[WHAT IS NEEDED]:
Repeat exactly the lines below that lie between the line with "#78=EDGE_CURVE('',#58,#23,#77,.T.);" and the line with "#115=FACE_BOUND('',#114,.F.);", counting both of those lines as part of the answer.

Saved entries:
------------------------------------

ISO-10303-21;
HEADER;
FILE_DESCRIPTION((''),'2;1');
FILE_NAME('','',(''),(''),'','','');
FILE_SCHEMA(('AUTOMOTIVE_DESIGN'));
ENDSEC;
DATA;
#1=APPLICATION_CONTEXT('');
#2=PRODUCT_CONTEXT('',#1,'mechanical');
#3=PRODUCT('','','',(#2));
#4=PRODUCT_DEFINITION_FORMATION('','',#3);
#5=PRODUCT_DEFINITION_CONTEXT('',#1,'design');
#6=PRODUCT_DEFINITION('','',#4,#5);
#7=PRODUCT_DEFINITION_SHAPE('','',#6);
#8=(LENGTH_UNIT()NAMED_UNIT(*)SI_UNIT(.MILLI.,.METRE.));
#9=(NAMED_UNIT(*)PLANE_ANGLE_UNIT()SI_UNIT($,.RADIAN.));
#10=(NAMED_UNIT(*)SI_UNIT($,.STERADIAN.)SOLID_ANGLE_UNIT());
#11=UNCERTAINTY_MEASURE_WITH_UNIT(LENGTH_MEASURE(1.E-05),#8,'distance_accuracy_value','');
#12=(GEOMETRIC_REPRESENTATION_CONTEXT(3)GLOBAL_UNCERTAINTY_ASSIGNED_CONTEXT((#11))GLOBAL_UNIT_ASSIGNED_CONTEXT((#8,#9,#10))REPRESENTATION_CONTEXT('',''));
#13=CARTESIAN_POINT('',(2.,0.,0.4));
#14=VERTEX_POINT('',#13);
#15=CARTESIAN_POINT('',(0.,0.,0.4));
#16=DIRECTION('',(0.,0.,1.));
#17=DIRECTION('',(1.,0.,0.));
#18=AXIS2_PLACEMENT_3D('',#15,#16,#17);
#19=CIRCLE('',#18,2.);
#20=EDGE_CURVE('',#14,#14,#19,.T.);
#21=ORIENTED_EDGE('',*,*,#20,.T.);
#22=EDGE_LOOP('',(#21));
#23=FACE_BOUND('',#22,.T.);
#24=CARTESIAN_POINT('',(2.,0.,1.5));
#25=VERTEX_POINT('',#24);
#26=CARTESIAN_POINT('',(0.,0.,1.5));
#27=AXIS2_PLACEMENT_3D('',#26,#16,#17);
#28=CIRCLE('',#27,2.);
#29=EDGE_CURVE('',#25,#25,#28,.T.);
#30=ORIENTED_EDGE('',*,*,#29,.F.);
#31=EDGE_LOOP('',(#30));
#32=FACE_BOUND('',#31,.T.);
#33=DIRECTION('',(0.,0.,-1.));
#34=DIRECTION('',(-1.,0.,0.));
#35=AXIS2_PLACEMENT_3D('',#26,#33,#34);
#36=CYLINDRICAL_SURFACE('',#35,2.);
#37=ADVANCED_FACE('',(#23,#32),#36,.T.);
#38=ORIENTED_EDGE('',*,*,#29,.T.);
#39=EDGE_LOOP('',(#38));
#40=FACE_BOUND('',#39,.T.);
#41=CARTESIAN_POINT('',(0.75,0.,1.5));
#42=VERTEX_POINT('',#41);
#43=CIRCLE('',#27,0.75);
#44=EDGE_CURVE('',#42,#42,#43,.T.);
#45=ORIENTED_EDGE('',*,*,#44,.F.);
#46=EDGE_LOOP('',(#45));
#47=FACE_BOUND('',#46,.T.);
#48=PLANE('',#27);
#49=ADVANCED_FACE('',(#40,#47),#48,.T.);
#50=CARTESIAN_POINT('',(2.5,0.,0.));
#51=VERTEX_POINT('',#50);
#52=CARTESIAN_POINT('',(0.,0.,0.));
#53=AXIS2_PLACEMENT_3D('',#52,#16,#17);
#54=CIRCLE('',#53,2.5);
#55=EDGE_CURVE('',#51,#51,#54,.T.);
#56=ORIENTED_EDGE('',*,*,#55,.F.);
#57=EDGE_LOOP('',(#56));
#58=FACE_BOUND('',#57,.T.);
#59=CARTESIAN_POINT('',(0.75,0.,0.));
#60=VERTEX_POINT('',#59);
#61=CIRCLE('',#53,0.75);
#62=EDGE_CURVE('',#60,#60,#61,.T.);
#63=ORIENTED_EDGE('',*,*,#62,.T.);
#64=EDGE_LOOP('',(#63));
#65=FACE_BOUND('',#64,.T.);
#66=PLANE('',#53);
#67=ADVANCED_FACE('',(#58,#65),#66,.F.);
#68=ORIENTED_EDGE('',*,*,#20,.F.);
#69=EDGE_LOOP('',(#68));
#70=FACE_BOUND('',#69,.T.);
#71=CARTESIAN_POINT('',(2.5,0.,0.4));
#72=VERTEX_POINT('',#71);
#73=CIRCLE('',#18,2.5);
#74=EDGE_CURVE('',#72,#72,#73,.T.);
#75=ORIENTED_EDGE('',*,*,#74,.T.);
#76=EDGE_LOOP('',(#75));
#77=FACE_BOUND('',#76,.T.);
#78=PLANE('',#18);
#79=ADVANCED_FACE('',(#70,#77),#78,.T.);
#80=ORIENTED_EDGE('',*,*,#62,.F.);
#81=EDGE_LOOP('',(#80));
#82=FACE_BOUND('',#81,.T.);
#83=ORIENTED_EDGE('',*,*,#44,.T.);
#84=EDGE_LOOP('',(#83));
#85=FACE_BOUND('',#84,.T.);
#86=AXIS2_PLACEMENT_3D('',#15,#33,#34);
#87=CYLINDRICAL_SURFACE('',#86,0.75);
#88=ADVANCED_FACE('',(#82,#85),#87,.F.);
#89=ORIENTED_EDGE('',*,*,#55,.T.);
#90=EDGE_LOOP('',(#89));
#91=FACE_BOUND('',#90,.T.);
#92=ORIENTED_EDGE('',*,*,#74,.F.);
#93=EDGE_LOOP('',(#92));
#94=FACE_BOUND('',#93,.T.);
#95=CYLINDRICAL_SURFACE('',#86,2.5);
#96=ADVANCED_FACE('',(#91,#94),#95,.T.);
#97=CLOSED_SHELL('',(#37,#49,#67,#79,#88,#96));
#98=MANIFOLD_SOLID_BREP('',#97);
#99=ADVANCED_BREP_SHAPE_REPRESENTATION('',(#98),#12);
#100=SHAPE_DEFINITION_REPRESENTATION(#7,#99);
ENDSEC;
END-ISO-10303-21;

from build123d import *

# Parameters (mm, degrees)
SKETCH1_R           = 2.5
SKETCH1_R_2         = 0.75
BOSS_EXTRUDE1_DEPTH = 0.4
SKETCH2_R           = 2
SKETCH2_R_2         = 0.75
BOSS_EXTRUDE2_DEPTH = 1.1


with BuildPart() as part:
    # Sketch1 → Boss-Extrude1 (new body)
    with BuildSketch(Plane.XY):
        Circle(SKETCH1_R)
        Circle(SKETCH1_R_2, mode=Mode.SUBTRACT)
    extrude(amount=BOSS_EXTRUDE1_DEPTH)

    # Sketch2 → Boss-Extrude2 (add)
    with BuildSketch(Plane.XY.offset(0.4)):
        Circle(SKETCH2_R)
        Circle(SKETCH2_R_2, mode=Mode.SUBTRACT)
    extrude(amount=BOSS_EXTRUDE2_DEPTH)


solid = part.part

------------------------------------

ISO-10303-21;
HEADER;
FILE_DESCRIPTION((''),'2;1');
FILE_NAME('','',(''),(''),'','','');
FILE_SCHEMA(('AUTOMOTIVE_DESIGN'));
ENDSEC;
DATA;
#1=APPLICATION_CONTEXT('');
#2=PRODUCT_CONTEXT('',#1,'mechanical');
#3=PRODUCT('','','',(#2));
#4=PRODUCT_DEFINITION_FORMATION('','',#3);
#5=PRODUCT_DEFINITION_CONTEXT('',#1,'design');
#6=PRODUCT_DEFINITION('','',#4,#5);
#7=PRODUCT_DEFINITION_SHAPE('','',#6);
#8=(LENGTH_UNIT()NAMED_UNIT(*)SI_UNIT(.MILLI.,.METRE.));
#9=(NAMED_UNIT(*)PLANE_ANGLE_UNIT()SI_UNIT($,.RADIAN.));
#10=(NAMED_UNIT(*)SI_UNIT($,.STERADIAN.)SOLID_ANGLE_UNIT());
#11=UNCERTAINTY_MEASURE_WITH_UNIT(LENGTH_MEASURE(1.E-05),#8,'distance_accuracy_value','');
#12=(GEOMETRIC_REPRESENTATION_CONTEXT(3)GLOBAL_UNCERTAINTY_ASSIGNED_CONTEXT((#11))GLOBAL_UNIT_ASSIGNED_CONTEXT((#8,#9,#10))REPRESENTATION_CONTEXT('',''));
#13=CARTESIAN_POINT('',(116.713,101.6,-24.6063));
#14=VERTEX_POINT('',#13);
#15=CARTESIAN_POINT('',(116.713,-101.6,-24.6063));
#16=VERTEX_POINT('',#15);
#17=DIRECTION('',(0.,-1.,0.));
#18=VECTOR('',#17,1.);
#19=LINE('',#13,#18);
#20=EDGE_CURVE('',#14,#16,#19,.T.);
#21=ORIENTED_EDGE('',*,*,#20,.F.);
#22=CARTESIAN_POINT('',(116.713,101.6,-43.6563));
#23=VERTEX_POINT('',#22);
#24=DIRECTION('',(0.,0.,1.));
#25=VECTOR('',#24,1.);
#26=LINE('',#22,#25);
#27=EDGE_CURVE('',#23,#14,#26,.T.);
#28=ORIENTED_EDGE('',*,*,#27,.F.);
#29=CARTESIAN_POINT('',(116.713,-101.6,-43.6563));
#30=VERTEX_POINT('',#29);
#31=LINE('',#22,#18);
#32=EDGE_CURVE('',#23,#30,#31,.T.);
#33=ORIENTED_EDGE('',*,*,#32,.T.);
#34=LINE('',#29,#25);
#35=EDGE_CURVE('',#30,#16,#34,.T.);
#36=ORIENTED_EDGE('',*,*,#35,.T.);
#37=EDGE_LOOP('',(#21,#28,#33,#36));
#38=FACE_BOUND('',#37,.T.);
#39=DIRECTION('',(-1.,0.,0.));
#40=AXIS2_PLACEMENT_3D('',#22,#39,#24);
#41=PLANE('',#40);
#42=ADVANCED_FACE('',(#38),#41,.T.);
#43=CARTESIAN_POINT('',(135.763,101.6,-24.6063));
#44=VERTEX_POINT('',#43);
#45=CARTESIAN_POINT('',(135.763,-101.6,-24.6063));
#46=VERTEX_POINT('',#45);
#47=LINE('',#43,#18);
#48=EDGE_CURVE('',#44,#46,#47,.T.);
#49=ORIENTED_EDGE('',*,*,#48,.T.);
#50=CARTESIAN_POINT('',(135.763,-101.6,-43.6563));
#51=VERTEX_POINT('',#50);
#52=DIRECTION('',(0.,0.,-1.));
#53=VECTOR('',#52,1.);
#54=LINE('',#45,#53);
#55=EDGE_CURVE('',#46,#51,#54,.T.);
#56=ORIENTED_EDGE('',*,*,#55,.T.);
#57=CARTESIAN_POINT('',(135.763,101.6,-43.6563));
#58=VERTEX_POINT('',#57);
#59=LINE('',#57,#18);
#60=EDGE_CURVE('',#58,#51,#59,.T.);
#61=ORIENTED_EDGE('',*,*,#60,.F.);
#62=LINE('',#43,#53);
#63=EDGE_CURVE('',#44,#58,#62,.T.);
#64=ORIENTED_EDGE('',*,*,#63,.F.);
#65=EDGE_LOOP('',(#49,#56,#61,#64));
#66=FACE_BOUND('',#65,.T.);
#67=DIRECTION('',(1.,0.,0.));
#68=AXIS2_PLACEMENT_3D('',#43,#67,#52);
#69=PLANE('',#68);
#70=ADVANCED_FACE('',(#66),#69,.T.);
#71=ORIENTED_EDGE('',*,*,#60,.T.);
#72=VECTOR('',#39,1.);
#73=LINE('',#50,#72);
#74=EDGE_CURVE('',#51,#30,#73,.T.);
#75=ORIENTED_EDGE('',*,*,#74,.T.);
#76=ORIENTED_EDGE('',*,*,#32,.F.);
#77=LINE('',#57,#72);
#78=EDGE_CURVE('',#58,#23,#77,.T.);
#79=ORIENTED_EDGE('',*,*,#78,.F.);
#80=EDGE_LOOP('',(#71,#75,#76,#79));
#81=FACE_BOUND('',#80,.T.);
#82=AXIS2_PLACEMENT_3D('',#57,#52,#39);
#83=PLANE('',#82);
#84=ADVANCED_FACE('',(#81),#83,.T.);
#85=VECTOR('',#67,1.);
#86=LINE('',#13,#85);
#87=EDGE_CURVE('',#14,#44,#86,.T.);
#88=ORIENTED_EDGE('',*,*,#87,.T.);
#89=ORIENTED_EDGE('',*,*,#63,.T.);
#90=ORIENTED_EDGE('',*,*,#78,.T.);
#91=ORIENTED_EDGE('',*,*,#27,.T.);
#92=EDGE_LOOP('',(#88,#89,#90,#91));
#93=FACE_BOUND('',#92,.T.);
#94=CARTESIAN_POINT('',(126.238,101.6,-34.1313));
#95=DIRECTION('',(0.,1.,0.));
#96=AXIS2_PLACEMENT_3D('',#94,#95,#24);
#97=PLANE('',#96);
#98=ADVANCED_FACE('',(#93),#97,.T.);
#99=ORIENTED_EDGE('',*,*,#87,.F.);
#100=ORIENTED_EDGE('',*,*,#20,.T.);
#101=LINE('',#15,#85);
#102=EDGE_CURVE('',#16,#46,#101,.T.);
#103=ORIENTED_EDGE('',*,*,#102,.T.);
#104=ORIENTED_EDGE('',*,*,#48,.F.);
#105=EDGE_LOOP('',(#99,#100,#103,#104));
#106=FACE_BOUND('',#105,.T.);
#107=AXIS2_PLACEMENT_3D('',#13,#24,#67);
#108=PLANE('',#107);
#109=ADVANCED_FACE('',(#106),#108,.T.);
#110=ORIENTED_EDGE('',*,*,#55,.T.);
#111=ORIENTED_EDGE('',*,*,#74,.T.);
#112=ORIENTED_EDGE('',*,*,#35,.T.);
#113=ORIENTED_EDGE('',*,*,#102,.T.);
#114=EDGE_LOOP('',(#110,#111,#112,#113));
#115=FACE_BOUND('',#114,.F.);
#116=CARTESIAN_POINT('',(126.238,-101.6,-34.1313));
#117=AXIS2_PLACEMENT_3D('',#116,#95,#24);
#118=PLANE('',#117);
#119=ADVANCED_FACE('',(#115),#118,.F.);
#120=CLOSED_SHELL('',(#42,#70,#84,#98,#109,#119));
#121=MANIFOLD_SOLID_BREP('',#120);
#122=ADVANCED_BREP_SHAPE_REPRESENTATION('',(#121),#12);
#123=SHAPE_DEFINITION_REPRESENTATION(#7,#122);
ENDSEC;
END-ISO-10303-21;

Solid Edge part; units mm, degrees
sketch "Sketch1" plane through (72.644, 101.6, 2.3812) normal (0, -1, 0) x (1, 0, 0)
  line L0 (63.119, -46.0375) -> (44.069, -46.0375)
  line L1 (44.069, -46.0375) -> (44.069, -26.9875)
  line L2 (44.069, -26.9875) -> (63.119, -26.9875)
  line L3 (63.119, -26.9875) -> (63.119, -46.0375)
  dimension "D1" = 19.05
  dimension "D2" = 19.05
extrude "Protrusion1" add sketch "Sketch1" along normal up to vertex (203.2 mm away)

------------------------------------

[WRITTEN ANSWER]:
#78=EDGE_CURVE('',#58,#23,#77,.T.);
#79=ORIENTED_EDGE('',*,*,#78,.F.);
#80=EDGE_LOOP('',(#71,#75,#76,#79));
#81=FACE_BOUND('',#80,.T.);
#82=AXIS2_PLACEMENT_3D('',#57,#52,#39);
#83=PLANE('',#82);
#84=ADVANCED_FACE('',(#81),#83,.T.);
#85=VECTOR('',#67,1.);
#86=LINE('',#13,#85);
#87=EDGE_CURVE('',#14,#44,#86,.T.);
#88=ORIENTED_EDGE('',*,*,#87,.T.);
#89=ORIENTED_EDGE('',*,*,#63,.T.);
#90=ORIENTED_EDGE('',*,*,#78,.T.);
#91=ORIENTED_EDGE('',*,*,#27,.T.);
#92=EDGE_LOOP('',(#88,#89,#90,#91));
#93=FACE_BOUND('',#92,.T.);
#94=CARTESIAN_POINT('',(126.238,101.6,-34.1313));
#95=DIRECTION('',(0.,1.,0.));
#96=AXIS2_PLACEMENT_3D('',#94,#95,#24);
#97=PLANE('',#96);
#98=ADVANCED_FACE('',(#93),#97,.T.);
#99=ORIENTED_EDGE('',*,*,#87,.F.);
#100=ORIENTED_EDGE('',*,*,#20,.T.);
#101=LINE('',#15,#85);
#102=EDGE_CURVE('',#16,#46,#101,.T.);
#103=ORIENTED_EDGE('',*,*,#102,.T.);
#104=ORIENTED_EDGE('',*,*,#48,.F.);
#105=EDGE_LOOP('',(#99,#100,#103,#104));
#106=FACE_BOUND('',#105,.T.);
#107=AXIS2_PLACEMENT_3D('',#13,#24,#67);
#108=PLANE('',#107);
#109=ADVANCED_FACE('',(#106),#108,.T.);
#110=ORIENTED_EDGE('',*,*,#55,.T.);
#111=ORIENTED_EDGE('',*,*,#74,.T.);
#112=ORIENTED_EDGE('',*,*,#35,.T.);
#113=ORIENTED_EDGE('',*,*,#102,.T.);
#114=EDGE_LOOP('',(#110,#111,#112,#113));
#115=FACE_BOUND('',#114,.F.);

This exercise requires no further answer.